Linda Lai / The material form of remembering: thought paths and mute speech: In Defense of Manifestos (2) 「記好」的物質性,思路啞音微敘事:繼續宣言(2)

Linda Chiu-han Lai 黎肖嫻

Linda Chiu-han Lai 黎肖嫻

發表於: 06 Jun 2021

The “Prolog” of Our Manifestos II: Videography, Documentary Impulses (2021.05) explicitly examines videography as a way of living, an attitude of life, and the quest for in-depth transformation in the midst of complex, crisis living. In the 2nd of the 5-part series, Linda Lai discusses videography as soundings, ways to voice out as crafted thought paths, the materiality of remembering as micro narratives.《我們的錄像宣言2:記述的衝動》於「據點一杯茶」5次連載的第2篇:黎肖嫻開宗明義把錄像書寫看為一種創作人的活的型態和取向,以至於對深度轉化的渴求,以對應如何活在繁複、糾結、充滿噪音的當下。如是,錄像書寫的認知和反省遠超狹義的藝術操守和理所當然的影像美學。這次,她提出了錄像書寫作為「發聲」的藝術的面向。「記住」必須透過「思路」的展現,而這就是錄像的「微」敘事性格。

**feature image by Linda Lai

[…/continue from session “Voices. Soundings. Muffled or Sonorous.”] [go to part 1 of article series]
[…/上接段落 “宏亮洪量也好,溫婉呢喃也,聲東擊西也好,都是發聲。” ] [回到連載文章上篇第1篇]

 

…Involuntary forgetting and purposeful remembering…

Silas Fong’s manifesto concludes, suggesting: the paradox of our world implies necessary narration of conflicts embodied in a video work. (07-07)

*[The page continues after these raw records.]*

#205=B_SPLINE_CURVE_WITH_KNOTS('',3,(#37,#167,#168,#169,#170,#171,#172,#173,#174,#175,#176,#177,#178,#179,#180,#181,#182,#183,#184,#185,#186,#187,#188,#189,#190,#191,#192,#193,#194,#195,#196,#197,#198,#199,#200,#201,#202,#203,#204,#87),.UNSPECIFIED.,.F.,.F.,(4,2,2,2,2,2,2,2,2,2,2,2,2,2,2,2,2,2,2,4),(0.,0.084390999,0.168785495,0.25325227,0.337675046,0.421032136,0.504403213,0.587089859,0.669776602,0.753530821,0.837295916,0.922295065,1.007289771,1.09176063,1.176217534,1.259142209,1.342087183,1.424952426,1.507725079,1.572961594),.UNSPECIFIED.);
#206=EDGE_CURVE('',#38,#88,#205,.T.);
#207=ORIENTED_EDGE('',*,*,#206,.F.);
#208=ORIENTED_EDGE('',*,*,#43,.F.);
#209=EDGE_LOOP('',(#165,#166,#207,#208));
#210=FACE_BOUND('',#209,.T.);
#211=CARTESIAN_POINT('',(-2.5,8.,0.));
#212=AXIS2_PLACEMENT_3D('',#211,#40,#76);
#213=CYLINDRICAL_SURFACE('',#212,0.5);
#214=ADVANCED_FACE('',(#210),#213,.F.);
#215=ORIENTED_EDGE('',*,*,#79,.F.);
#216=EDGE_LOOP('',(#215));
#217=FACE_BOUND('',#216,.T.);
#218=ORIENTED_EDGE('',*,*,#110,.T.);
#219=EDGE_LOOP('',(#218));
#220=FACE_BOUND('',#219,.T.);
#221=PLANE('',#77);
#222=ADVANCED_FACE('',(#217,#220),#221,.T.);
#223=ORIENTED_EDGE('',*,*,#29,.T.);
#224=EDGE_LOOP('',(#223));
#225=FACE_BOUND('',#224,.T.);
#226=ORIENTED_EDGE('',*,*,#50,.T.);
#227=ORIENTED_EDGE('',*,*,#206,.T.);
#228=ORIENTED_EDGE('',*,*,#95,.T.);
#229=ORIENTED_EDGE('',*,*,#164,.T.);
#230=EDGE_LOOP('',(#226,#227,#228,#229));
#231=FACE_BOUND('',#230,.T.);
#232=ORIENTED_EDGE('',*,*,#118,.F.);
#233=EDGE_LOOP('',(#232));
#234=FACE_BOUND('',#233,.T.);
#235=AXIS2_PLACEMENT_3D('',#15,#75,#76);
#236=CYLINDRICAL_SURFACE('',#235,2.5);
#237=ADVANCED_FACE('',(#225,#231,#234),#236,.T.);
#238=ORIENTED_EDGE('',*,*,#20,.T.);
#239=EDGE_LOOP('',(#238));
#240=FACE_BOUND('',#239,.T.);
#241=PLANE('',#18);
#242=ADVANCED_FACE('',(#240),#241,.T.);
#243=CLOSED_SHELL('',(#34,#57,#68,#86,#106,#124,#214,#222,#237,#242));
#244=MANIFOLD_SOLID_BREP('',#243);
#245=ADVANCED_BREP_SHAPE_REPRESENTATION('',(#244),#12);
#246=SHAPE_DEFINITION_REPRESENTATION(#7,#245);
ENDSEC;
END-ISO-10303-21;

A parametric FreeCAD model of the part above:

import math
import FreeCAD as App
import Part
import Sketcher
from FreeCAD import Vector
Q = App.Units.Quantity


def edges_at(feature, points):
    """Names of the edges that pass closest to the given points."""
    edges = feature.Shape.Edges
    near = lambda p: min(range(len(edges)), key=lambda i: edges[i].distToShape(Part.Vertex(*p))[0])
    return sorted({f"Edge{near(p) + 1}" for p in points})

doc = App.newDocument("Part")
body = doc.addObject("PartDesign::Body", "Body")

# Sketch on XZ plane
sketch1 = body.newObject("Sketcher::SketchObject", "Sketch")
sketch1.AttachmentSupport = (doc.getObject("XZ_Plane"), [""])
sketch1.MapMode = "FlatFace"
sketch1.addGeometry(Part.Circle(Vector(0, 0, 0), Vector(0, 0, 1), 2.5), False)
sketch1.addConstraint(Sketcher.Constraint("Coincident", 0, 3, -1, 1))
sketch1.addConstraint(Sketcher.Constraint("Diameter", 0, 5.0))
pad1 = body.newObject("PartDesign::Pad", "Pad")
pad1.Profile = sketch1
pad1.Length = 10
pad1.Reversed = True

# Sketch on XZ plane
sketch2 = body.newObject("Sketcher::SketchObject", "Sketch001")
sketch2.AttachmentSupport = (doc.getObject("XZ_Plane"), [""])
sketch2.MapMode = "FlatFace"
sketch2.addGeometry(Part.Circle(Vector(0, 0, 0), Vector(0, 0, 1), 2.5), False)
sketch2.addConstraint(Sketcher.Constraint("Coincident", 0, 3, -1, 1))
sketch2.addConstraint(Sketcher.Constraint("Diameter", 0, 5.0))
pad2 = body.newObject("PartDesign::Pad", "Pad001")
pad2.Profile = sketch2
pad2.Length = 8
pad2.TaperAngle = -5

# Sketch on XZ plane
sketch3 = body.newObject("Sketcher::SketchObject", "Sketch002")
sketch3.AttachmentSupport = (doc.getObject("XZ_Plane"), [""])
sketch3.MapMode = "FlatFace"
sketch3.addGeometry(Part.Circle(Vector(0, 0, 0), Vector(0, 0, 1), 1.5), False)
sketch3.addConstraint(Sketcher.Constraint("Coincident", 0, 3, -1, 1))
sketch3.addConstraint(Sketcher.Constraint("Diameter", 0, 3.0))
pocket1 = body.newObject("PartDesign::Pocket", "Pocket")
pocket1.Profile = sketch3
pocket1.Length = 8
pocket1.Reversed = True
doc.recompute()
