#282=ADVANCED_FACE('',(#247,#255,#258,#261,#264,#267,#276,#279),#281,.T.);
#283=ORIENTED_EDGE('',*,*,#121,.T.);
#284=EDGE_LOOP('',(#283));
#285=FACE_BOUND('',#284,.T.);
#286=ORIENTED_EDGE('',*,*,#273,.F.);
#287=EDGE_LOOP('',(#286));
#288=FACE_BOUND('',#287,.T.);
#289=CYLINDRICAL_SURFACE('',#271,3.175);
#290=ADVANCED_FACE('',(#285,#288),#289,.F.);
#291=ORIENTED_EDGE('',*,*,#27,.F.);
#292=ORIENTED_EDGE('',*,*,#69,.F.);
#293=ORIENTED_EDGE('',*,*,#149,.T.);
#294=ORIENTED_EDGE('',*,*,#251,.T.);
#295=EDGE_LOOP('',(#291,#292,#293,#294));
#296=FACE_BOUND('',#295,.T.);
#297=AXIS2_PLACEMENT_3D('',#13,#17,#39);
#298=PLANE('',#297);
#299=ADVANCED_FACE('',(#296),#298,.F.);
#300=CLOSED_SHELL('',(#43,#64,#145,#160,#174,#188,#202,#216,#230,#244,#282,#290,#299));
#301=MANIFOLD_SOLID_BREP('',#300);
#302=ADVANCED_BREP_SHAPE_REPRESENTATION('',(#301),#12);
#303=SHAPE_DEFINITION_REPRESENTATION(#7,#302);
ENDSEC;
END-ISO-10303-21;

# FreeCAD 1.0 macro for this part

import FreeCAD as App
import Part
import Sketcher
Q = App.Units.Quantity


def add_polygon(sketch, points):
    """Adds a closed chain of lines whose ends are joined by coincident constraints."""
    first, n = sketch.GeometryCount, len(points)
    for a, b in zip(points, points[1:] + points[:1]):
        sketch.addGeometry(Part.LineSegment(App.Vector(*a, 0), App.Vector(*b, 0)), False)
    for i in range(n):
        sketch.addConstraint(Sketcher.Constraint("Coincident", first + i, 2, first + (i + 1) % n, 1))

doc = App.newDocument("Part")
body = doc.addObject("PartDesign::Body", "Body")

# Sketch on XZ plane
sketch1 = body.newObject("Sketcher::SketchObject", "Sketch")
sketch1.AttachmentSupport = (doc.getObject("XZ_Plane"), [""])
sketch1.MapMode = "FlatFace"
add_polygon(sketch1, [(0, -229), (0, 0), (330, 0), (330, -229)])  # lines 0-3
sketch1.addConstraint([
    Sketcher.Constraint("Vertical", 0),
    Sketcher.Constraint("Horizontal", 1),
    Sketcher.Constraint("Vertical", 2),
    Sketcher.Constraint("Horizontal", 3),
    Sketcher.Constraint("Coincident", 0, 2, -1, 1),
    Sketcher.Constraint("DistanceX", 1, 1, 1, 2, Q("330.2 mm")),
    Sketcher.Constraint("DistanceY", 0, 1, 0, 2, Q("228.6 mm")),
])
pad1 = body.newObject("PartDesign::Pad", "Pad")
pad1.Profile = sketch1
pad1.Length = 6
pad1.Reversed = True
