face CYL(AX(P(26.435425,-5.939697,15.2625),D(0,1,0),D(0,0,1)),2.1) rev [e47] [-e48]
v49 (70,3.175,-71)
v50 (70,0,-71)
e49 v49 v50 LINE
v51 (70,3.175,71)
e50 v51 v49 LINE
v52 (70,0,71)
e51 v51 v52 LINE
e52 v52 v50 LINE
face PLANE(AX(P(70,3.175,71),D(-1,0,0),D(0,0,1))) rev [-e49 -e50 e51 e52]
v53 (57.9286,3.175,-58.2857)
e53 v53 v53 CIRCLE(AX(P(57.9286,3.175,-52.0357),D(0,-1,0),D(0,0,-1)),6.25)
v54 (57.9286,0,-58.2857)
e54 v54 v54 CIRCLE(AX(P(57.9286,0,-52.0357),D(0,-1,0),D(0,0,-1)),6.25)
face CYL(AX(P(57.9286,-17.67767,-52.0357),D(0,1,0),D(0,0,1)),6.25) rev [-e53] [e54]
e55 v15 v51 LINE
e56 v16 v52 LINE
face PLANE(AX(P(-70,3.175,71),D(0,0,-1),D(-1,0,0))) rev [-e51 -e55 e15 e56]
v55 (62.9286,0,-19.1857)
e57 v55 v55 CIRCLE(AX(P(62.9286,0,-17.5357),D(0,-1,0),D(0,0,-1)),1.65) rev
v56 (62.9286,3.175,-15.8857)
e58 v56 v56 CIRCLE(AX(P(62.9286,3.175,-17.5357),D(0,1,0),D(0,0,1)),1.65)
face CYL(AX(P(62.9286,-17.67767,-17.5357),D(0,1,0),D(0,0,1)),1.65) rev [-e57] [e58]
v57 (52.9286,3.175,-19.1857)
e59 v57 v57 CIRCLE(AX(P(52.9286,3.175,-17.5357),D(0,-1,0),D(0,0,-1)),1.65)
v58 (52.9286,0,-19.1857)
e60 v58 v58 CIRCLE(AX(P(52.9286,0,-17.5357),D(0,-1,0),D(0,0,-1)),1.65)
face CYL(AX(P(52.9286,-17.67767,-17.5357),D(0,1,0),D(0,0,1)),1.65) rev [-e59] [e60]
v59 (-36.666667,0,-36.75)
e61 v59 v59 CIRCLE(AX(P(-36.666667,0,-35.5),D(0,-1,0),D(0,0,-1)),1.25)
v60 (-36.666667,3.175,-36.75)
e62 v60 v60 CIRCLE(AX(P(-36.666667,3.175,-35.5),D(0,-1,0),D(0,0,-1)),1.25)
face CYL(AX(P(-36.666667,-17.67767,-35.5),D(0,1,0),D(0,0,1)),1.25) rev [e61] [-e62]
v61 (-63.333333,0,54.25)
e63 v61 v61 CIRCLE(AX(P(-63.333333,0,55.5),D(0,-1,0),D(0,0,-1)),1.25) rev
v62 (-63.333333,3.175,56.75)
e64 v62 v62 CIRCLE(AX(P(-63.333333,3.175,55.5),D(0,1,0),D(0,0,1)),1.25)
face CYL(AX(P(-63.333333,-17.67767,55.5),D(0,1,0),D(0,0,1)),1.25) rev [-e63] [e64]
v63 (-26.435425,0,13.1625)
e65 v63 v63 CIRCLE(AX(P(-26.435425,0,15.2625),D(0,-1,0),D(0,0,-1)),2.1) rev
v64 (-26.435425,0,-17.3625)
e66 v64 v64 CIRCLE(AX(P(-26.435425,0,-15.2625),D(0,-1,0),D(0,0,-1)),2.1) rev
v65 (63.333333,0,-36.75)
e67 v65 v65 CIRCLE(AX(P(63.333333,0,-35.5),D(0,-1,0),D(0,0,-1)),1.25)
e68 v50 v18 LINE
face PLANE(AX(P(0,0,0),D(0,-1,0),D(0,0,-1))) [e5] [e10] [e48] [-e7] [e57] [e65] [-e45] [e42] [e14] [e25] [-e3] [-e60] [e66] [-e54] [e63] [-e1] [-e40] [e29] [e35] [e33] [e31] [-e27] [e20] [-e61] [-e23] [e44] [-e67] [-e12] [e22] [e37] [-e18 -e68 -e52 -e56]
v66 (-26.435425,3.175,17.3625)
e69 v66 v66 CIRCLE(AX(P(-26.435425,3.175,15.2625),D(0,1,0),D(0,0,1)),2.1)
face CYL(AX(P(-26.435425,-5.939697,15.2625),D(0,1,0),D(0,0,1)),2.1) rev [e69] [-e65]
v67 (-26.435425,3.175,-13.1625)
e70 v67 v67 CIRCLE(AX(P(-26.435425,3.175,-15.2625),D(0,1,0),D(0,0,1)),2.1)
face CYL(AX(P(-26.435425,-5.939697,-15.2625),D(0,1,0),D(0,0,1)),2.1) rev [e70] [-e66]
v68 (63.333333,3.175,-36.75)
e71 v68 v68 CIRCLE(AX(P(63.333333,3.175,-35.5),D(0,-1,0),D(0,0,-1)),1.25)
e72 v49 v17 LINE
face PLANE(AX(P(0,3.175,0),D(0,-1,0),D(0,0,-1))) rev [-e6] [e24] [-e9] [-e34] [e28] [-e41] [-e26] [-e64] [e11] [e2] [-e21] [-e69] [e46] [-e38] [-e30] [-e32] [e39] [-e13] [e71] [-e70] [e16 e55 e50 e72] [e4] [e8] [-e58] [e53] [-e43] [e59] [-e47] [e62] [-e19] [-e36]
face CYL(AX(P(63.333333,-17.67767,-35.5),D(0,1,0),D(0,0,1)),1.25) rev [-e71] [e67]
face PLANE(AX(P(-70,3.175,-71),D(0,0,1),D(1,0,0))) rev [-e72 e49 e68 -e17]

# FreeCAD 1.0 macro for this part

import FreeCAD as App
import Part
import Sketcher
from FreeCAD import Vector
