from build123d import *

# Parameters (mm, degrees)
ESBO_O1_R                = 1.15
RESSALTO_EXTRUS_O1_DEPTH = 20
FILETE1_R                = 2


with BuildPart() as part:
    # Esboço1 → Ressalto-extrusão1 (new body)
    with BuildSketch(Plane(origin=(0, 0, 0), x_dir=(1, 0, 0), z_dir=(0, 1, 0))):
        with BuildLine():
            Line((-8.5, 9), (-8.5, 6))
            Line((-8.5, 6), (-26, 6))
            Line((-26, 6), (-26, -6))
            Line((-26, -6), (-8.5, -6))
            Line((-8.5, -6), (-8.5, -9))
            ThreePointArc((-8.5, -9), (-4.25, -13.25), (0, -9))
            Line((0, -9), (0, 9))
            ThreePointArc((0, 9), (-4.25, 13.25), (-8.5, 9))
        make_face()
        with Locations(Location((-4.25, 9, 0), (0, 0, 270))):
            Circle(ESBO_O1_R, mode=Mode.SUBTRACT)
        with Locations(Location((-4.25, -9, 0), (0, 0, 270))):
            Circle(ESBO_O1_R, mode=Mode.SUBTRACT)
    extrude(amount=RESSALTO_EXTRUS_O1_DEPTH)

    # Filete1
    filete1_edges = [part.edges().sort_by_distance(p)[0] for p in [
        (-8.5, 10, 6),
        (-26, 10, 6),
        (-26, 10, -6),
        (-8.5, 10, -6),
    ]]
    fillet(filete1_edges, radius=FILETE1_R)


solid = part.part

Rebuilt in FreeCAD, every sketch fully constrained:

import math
import FreeCAD as App
import Part
import Sketcher
from FreeCAD import Vector
Q = App.Units.Quantity


def edges_at(feature, points):
    """Names of the edges that pass closest to the given points."""
    edges = feature.Shape.Edges
    near = lambda p: min(range(len(edges)), key=lambda i: edges[i].distToShape(Part.Vertex(*p))[0])
    return sorted({f"Edge{near(p) + 1}" for p in points})

doc = App.newDocument("Part")
params = doc.addObject("Spreadsheet::Sheet", "Params")
for row, (alias, value) in enumerate([
    ("sketch1_diameter", "2.3 mm"),
    ("sketch1_height", "3 mm"),
    ("sketch1_height2", "12 mm"),
    ("sketch1_radius", "4.25 mm"),
    ("sketch1_width", "17.5 mm"),
    ("pad1_length", "20 mm"),
    ("fillet_radius", "2 mm"),
], start=1):
    params.set(f"A{row}", alias)
    params.set(f"B{row}", "=" + value)
    params.setAlias(f"B{row}", alias)

body = doc.addObject("PartDesign::Body", "Body")

sketch1 = body.newObject("Sketcher::SketchObject", "Sketch")
sketch1.AttachmentSupport = (doc.getObject("XZ_Plane"), [""])
sketch1.MapMode = "FlatFace"
sketch1.addGeometry(Part.LineSegment(Vector(-8.5, -9, 0), Vector(-8.5, -6, 0)), False)
sketch1.addGeometry(Part.LineSegment(Vector(-8.5, -6, 0), Vector(-26, -6, 0)), False)
sketch1.addGeometry(Part.LineSegment(Vector(-26, -6, 0), Vector(-26, 6, 0)), False)
sketch1.addGeometry(Part.LineSegment(Vector(-26, 6, 0), Vector(-8.5, 6, 0)), False)
sketch1.addGeometry(Part.LineSegment(Vector(-8.5, 6, 0), Vector(-8.5, 9, 0)), False)
sketch1.addGeometry(Part.ArcOfCircle(Part.Circle(Vector(-4.25, 9, 0), Vector(0, 0, 1), 4.25), math.radians(0), math.radians(180)), False)
sketch1.addGeometry(Part.LineSegment(Vector(0, 9, 0), Vector(0, -9, 0)), False)
sketch1.addGeometry(Part.ArcOfCircle(Part.Circle(Vector(-4.25, -9, 0), Vector(0, 0, 1), 4.25), math.radians(180), math.radians(360)), False)
sketch1.addGeometry(Part.Circle(Vector(-4.25, 9, 0), Vector(0, 0, 1), 1.15), False)
sketch1.addGeometry(Part.Circle(Vector(-4.25, -9, 0), Vector(0, 0, 1), 1.15), False)
sketch1.addConstraint(Sketcher.Constraint("Coincident", 0, 2, 1, 1))
sketch1.addConstraint(Sketcher.Constraint("Coincident", 1, 2, 2, 1))
sketch1.addConstraint(Sketcher.Constraint("Coincident", 2, 2, 3, 1))
sketch1.addConstraint(Sketcher.Constraint("Coincident", 3, 2, 4, 1))
sketch1.addConstraint(Sketcher.Constraint("Tangent", 4, 2, 5, 2))
sketch1.addConstraint(Sketcher.Constraint("Tangent", 5, 1, 6, 1))
sketch1.addConstraint(Sketcher.Constraint("Tangent", 6, 2, 7, 2))
sketch1.addConstraint(Sketcher.Constraint("Tangent", 7, 1, 0, 1))
sketch1.addConstraint(Sketcher.Constraint("Vertical", 0))
sketch1.addConstraint(Sketcher.Constraint("Horizontal", 1))
sketch1.addConstraint(Sketcher.Constraint("Vertical", 2))
sketch1.addConstraint(Sketcher.Constraint("Horizontal", 3))
sketch1.addConstraint(Sketcher.Constraint("Vertical", 4))
sketch1.addConstraint(Sketcher.Constraint("Vertical", 6))
sketch1.addConstraint(Sketcher.Constraint("Coincident", 8, 3, 5, 3))
sketch1.addConstraint(Sketcher.Constraint("Coincident", 9, 3, 7, 3))
sketch1.addConstraint(Sketcher.Constraint("Equal", 5, 7))
sketch1.addConstraint(Sketcher.Constraint("Equal", 8, 9))
sketch1.addConstraint(Sketcher.Constraint("Symmetric", 5, 1, 6, 2, -1, 1))
sketch1.addConstraint(Sketcher.Constraint("Equal", 0, 4))
sketch1.addConstraint(Sketcher.Constraint("Diameter", 8, Q("2.3 mm")))
sketch1.addConstraint(Sketcher.Constraint("DistanceY", 0, 1, 0, 2, Q("3 mm")))
sketch1.addConstraint(Sketcher.Constraint("DistanceY", 2, 1, 2, 2, Q("12 mm")))
sketch1.addConstraint(Sketcher.Constraint("Radius", 5, Q("4.25 mm")))
sketch1.addConstraint(Sketcher.Constraint("DistanceX", 1, 2, 1, 1, Q("17.5 mm")))
sketch1.setExpression("Constraints[20]", "Params.sketch1_diameter")
sketch1.setExpression("Constraints[21]", "Params.sketch1_height")
sketch1.setExpression("Constraints[22]", "Params.sketch1_height2")
sketch1.setExpression("Constraints[23]", "Params.sketch1_radius")
sketch1.setExpression("Constraints[24]", "Params.sketch1_width")
pad1 = body.newObject("PartDesign::Pad", "Pad")
pad1.Profile = sketch1
pad1.setExpression("Length", "Params.pad1_length")
pad1.Reversed = True
doc.recompute()

fillet = body.newObject("PartDesign::Fillet", "Fillet")
fillet.Base = (pad1, edges_at(pad1, [
    (-8.5, 10, 6),
    (-26, 10, 6),
    (-26, 10, -6),
    (-8.5, 10, -6),
]))
fillet.setExpression("Radius", "Params.fillet_radius")

doc.recompute()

video still from Working in Hollywood by Silas Fong

 

Between representational practice and non-action, Joris Wu’s 14-minute dream narrative presents our world as a fractured collage-montage body of desires, yearnings and memories, a heavily coded text of sights and sounds. (07-35) His driving force is the fear of forgetting, the unsurmountable anxiety of losing the essence of what happened; the work is his performance of melancholy and the presentation of subdued desperation. Dream narratives, a method rooted in Surrealism, derive raw materials from the familiar of our moments awake, and defamiliarize them via strange, nonsensical combinations. A dream narrative is the materialization of dreamwork in our deep sleep, and almost the only way to highlight its materiality, to make it possible for us to “massage” the unconscious mind we will never be able to fully access. Dream narratives have their narrative logic borrowed from the clinical analysis of dreamwork – it is yet a unique way to “remember.” Dream narratives are material bodies that make gaps, crevices and ruptures visible, and that is where drama lies. As a mnemonic practice, dream narratives mark what is on the way to submerge, thus premised on an extreme documentary impulse. What is forgotten (on purpose) and sinks into our subconscious mind never disappears – they are always about to dramatize themselves in our dreams without our asking, or one can deliberately turn dreamwork into an artistic method – a dream narrative.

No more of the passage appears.